Creating an Amazon Rekognition Custom Labels Dataset - Rekognition

Creating an Amazon Rekognition Custom Labels Dataset

Datasets contain the images, labels, and bounding box information that is used to train and test an Amazon Rekognition Custom Labels model. Datasets are managed by Amazon Rekognition Custom Labels projects. You create the initial training dataset for a project during project creation. You can also add new and existing datasets to a project after the project is created. For example, you might create a dataset that is used to test a model.

You can create a dataset using images from one of the following locations.

Purposing Datasets

We recommend that you create separate datasets for different image categories. For example, if you have images of scenic views and images of dogs, you should create a dogs dataset and a scenic views dataset.

Finding Objects, Scenes, and Concepts

If you want to create a model that predicts the presence of objects, scenes, and concepts in your images, you assign image-level labels to the images in your dataset. In this case, your dataset requires at least two labels. For example, the following image shows a scene. Your dataset could include image-level labels such sunrise or countryside.

When you create your dataset, you can include image-level labels for your images. For example, if your images are stored in an Amazon S3 bucket, you can use folder names to add image-level labels. You can also add image-level labels to images after you create a dataset. For more information, see Assigning Image-Level Labels to an Image. You can add new labels as you need them. For more information, see Labeling the Dataset.

The default number of images per dataset is 250,000. You can request an increase for up to 500,000 images per dataset. For more information, Service Quotas.

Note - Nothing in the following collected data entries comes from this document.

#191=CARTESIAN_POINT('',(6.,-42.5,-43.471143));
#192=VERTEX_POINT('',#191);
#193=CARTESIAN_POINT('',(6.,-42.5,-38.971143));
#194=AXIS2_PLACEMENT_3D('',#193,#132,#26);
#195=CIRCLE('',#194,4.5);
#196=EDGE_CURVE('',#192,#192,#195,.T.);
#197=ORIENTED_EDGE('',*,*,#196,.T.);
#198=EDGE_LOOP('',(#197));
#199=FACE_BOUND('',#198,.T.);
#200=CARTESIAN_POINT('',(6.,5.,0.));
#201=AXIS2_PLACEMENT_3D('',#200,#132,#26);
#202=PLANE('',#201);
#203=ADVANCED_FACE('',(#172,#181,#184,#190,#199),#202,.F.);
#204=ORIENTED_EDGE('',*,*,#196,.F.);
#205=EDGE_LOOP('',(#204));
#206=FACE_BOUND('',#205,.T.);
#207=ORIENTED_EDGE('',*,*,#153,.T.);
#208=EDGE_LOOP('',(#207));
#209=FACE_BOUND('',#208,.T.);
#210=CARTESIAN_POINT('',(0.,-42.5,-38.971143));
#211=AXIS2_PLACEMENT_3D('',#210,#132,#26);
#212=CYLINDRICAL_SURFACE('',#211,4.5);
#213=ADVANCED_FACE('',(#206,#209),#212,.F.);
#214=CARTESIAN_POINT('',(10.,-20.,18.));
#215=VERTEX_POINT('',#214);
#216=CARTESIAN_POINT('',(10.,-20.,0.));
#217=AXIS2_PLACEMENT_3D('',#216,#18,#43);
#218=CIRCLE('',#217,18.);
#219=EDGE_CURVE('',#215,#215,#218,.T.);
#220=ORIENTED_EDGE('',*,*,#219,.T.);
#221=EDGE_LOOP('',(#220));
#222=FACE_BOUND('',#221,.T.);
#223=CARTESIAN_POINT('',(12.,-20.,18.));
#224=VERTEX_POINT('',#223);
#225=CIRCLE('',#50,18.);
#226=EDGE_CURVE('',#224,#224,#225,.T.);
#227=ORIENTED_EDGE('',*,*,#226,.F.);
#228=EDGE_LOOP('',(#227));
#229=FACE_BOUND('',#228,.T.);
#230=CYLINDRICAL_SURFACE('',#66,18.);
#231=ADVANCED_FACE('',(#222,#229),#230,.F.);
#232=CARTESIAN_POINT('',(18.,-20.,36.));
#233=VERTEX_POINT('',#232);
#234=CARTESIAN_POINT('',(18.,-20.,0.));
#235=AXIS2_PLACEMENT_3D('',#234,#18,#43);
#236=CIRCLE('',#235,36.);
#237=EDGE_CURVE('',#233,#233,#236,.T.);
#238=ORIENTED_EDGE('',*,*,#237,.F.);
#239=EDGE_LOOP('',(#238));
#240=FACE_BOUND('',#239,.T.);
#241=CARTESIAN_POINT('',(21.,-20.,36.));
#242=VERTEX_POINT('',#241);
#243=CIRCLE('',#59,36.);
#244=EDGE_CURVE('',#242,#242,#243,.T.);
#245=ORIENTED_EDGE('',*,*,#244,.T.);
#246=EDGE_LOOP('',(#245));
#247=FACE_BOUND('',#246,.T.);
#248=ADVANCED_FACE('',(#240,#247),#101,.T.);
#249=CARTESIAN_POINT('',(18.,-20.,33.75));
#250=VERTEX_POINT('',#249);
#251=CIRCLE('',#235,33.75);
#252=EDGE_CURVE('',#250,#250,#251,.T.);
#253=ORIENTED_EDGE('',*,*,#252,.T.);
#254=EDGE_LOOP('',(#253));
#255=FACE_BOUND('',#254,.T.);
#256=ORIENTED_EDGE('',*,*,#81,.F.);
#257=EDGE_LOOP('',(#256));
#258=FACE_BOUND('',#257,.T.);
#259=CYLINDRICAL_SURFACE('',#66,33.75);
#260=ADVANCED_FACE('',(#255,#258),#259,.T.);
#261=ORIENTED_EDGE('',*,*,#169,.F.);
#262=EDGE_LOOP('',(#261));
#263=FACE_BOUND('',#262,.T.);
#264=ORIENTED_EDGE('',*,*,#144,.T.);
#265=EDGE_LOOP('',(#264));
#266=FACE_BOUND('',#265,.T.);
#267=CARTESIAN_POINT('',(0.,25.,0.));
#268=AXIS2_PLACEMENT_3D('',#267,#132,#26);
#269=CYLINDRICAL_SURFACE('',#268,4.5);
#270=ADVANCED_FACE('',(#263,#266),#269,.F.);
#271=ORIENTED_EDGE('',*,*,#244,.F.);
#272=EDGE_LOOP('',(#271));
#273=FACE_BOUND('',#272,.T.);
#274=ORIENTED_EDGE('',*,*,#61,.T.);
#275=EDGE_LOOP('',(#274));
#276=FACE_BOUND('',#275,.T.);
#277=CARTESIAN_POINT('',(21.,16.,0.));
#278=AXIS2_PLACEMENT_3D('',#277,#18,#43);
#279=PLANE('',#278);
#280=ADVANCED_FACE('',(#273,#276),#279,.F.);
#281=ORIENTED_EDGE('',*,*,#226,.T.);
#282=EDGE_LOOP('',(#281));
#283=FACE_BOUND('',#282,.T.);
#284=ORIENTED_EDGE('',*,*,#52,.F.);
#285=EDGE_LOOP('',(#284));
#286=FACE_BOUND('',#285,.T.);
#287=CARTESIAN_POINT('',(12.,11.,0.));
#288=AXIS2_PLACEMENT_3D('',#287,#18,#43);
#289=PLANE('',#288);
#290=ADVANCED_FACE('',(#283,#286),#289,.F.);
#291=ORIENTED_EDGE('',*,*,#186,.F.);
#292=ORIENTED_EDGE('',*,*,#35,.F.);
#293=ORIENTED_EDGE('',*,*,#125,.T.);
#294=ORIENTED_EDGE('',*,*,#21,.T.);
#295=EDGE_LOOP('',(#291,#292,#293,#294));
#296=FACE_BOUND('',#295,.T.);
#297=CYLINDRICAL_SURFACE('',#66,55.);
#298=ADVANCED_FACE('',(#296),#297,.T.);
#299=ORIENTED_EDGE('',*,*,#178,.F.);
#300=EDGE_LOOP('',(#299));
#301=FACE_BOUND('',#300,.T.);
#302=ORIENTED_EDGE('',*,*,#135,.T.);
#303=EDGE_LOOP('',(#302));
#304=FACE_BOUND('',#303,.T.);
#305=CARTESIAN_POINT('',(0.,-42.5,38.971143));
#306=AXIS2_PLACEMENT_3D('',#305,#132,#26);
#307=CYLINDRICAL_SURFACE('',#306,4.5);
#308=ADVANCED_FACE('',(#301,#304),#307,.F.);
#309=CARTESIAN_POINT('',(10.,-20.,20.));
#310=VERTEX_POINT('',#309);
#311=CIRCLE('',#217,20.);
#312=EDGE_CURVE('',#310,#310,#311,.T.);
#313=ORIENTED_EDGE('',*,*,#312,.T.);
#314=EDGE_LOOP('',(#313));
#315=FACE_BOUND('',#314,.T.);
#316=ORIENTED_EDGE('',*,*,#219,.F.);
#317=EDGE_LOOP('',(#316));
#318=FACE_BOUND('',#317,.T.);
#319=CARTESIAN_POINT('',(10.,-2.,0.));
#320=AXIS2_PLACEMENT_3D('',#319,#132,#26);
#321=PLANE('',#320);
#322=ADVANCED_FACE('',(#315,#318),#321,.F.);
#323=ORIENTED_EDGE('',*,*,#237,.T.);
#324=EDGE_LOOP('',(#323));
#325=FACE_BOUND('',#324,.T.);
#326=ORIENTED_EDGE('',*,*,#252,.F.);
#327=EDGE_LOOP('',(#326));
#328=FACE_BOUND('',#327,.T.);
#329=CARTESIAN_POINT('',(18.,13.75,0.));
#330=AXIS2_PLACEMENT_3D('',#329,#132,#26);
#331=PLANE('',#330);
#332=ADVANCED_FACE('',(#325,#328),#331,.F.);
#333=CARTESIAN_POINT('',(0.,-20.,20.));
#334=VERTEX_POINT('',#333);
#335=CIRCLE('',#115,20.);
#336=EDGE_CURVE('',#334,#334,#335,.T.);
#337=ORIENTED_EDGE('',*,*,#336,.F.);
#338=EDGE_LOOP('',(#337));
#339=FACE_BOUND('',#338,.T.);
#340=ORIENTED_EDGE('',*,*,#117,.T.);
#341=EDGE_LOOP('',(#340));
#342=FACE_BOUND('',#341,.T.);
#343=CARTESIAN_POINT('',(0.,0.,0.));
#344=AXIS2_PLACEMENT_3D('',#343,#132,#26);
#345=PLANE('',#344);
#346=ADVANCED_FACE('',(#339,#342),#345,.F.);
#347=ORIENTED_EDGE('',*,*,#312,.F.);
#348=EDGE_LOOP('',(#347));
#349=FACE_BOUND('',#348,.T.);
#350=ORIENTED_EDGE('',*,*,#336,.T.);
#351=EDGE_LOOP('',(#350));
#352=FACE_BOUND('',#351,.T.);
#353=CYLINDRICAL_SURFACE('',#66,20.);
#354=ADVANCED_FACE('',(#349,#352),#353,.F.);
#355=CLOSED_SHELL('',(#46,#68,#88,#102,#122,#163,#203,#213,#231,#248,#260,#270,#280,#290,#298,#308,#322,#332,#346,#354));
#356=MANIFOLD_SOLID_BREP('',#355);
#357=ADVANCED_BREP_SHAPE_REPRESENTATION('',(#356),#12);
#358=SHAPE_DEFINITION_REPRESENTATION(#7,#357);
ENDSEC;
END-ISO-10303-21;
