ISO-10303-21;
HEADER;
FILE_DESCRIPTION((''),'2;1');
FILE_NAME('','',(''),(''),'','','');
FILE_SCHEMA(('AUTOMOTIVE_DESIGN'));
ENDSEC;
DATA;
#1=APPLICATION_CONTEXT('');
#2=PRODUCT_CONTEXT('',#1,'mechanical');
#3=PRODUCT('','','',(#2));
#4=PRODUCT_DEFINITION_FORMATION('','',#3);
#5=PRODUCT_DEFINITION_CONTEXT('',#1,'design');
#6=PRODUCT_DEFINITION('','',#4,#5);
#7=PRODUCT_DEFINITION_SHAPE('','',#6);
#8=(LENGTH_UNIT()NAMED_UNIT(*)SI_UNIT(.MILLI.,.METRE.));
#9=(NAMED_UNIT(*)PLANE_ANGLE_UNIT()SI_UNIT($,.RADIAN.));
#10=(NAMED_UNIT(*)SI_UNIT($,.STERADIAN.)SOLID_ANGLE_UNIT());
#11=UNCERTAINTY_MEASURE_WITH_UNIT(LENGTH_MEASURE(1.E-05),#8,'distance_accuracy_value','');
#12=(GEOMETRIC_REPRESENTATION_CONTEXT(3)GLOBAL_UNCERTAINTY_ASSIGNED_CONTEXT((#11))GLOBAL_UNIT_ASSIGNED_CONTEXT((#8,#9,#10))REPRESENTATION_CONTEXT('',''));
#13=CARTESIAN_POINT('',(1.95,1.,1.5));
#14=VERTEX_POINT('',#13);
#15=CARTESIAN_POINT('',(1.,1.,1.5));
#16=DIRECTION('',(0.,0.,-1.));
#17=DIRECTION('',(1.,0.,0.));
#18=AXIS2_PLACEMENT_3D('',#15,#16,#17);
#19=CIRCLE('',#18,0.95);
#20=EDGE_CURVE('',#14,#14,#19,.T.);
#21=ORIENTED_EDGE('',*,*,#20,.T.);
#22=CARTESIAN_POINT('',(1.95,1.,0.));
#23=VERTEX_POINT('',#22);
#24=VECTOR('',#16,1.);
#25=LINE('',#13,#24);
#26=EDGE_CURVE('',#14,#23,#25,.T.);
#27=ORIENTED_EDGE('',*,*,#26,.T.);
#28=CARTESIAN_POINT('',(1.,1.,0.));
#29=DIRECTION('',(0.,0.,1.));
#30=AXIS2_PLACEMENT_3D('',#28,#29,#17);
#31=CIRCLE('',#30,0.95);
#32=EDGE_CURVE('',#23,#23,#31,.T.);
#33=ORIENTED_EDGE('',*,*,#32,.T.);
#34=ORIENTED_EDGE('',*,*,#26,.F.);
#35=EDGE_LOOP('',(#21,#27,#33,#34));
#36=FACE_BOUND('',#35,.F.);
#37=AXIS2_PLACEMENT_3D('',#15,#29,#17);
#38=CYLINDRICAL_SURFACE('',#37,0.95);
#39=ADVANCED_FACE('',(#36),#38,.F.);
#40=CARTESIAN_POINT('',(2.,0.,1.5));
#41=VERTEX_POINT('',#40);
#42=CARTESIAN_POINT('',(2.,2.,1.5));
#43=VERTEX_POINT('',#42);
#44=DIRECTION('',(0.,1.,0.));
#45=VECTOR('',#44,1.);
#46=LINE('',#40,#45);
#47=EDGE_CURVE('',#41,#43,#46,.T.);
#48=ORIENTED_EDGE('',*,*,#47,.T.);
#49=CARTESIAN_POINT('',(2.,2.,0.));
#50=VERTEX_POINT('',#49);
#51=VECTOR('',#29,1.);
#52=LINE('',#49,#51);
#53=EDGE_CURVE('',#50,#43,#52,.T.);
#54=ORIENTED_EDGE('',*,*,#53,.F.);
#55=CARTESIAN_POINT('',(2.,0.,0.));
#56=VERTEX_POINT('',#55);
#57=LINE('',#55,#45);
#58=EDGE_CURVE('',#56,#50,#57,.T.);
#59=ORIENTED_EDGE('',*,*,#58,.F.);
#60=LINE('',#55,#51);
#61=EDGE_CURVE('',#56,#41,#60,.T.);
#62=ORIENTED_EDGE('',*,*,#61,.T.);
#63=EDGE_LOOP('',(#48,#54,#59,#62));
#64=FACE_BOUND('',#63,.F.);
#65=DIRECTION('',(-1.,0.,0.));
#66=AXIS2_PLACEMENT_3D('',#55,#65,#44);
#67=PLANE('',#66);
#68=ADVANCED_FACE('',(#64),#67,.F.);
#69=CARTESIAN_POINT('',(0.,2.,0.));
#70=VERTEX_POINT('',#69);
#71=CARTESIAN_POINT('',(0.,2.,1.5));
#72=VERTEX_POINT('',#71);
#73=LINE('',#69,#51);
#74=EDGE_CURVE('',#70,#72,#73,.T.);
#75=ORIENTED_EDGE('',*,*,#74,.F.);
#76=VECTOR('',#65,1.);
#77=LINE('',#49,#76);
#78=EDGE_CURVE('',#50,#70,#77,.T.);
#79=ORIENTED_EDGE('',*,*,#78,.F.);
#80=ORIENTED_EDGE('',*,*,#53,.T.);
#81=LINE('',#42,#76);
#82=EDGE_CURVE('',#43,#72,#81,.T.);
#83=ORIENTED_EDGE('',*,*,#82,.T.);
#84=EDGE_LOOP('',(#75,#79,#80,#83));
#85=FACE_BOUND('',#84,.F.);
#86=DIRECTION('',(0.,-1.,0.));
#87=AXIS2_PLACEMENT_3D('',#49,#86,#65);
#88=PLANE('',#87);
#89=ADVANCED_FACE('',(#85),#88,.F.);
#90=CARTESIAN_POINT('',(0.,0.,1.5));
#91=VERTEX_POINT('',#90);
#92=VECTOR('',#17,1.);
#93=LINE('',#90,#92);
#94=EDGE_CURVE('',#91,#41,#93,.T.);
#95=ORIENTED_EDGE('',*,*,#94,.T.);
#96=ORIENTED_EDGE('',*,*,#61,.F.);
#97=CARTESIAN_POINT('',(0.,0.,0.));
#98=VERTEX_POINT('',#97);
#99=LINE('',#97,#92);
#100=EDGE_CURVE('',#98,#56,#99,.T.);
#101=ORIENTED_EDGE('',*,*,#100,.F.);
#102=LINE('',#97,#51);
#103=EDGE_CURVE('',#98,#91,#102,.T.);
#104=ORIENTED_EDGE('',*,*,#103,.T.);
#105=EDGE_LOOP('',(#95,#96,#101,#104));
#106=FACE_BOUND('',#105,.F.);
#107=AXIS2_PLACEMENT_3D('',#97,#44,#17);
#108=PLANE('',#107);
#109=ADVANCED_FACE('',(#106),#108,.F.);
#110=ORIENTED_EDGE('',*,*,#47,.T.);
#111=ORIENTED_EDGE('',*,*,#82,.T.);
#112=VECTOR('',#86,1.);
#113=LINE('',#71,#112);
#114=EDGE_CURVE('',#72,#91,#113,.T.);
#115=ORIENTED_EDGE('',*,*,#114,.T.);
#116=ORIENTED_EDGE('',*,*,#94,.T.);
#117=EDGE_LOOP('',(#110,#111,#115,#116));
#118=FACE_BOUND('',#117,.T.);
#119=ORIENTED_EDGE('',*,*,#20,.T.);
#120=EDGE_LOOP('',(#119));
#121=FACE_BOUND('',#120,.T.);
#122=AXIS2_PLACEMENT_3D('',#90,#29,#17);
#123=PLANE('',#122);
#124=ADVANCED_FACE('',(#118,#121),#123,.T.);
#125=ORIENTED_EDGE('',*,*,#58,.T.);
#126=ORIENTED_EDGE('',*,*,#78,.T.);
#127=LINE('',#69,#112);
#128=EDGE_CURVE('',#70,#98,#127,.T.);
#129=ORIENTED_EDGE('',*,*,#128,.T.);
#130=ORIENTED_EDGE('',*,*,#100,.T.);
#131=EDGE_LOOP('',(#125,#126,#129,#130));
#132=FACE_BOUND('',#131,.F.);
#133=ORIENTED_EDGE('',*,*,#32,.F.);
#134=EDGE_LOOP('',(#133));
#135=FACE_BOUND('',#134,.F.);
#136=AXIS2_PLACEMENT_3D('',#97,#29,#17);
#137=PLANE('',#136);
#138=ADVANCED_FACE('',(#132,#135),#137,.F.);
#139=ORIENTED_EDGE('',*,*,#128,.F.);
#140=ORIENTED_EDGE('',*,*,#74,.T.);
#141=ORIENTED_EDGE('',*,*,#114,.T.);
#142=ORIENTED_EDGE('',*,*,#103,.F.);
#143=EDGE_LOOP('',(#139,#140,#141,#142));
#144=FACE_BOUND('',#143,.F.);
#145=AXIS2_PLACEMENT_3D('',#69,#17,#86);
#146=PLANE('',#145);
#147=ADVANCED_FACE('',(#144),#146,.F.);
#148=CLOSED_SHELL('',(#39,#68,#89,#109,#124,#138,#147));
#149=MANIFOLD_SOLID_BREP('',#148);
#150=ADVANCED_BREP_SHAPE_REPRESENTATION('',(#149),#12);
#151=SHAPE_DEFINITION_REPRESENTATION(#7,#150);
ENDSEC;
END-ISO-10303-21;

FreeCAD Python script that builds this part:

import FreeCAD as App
import Part
import Sketcher

V = App.Vector


def add_polygon(sketch, points):
    """Adds a closed chain of lines whose ends are joined by coincident constraints."""
    first, n = sketch.GeometryCount, len(points)
    for a, b in zip(points, points[1:] + points[:1]):
        sketch.addGeometry(Part.LineSegment(App.Vector(*a, 0), App.Vector(*b, 0)), False)
    for i in range(n):
        sketch.addConstraint(Sketcher.Constraint("Coincident", first + i, 2, first + (i + 1) % n, 1))

doc = App.newDocument("Part")
params = doc.addObject("Spreadsheet::Sheet", "Params")
for row, (alias, value) in enumerate([
    ("sketch1_width", "2 mm"),
    ("pad1_length", "1.5 mm"),
    ("sketch2_diameter", "1.9 mm"),
], start=1):
    params.set(f"A{row}", alias)
    params.set(f"B{row}", "=" + value)
    params.setAlias(f"B{row}", alias)

body = doc.addObject("PartDesign::Body", "Body")

sketch1 = body.newObject("Sketcher::SketchObject", "Sketch")
sketch1.AttachmentSupport = (doc.getObject("XY_Plane"), [""])
sketch1.MapMode = "FlatFace"
add_polygon(sketch1, [(0, 2), (0, 0), (2, 0), (2, 2)])
sketch1.addConstraint(Sketcher.Constraint("Vertical", 0))
sketch1.addConstraint(Sketcher.Constraint("Horizontal", 1))
sketch1.addConstraint(Sketcher.Constraint("Vertical", 2))
sketch1.addConstraint(Sketcher.Constraint("Horizontal", 3))
sketch1.addConstraint(Sketcher.Constraint("Coincident", 0, 2, -1, 1))
sketch1.addConstraint(Sketcher.Constraint("Equal", 3, 0))
sketch1.addConstraint(Sketcher.Constraint("DistanceX", 1, 1, 1, 2, 2.0))
sketch1.setExpression("Constraints[10]", "Params.sketch1_width")
pad1 = body.newObject("PartDesign::Pad", "Pad")
pad1.Profile = sketch1
pad1.setExpression("Length", "Params.pad1_length")

sketch2 = body.newObject("Sketcher::SketchObject", "Sketch001")
sketch2.AttachmentSupport = (doc.getObject("XY_Plane"), [""])
sketch2.MapMode = "FlatFace"
sketch2.AttachmentOffset = App.Placement(V(0, 0, 1.5), App.Rotation())
sketch2.addGeometry(Part.Circle(V(1, 1, 0), V(0, 0, 1), 0.95), False)
sketch2.addConstraint(Sketcher.Constraint("Diameter", 0, 1.9))
sketch2.addConstraint(Sketcher.Constraint("DistanceX", -1, 1, 0, 3, 1.0))
sketch2.addConstraint(Sketcher.Constraint("DistanceY", -1, 1, 0, 3, 1.0))
sketch2.setExpression("Constraints[0]", "Params.sketch2_diameter")
pocket1 = body.newObject("PartDesign::Pocket", "Pocket")
pocket1.Profile = sketch2
pocket1.Type = "ThroughAll"
pocket1.Midplane = True

doc.recompute()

Detecting Object Locations

To create a model that predicts the location of objects in your images, you define object location bounding boxes and labels for the images in your dataset. A bounding box is a box that tightly surrounds an object. For example, the following image shows bounding boxes around an Amazon Echo and an Amazon Echo Dot. Each bounding box has an assigned label (Amazon Echo or Amazon Echo Dot).

To detect object locations, your dataset needs at least one label. During model training, a further label is automatically created that represents the area outside of the bounding boxes on an image. When you create your dataset, you can include bounding box information for your images. For example, you can import a SageMaker Ground Truth format manifest file that contains bounding boxes. You can also add bounding boxes after you create a dataset. For more information, see Drawing Bounding Boxes. You can add new labels as you need them. For more information, see Labeling the Dataset.

You can have up to 250,000 images per dataset. This value can't be increased. For more information, see Guidelines and Quotas in Amazon Rekognition Custom Labels.

Combining Image-Level and Bounding Box Labeled Images

You can combine image-level labels and bounding box labeled images in a single dataset. In this case, Amazon Rekognition Custom Labels chooses whether to create an image-level model or an object location model.

For information about adding labels to a dataset, see Labeling the Dataset.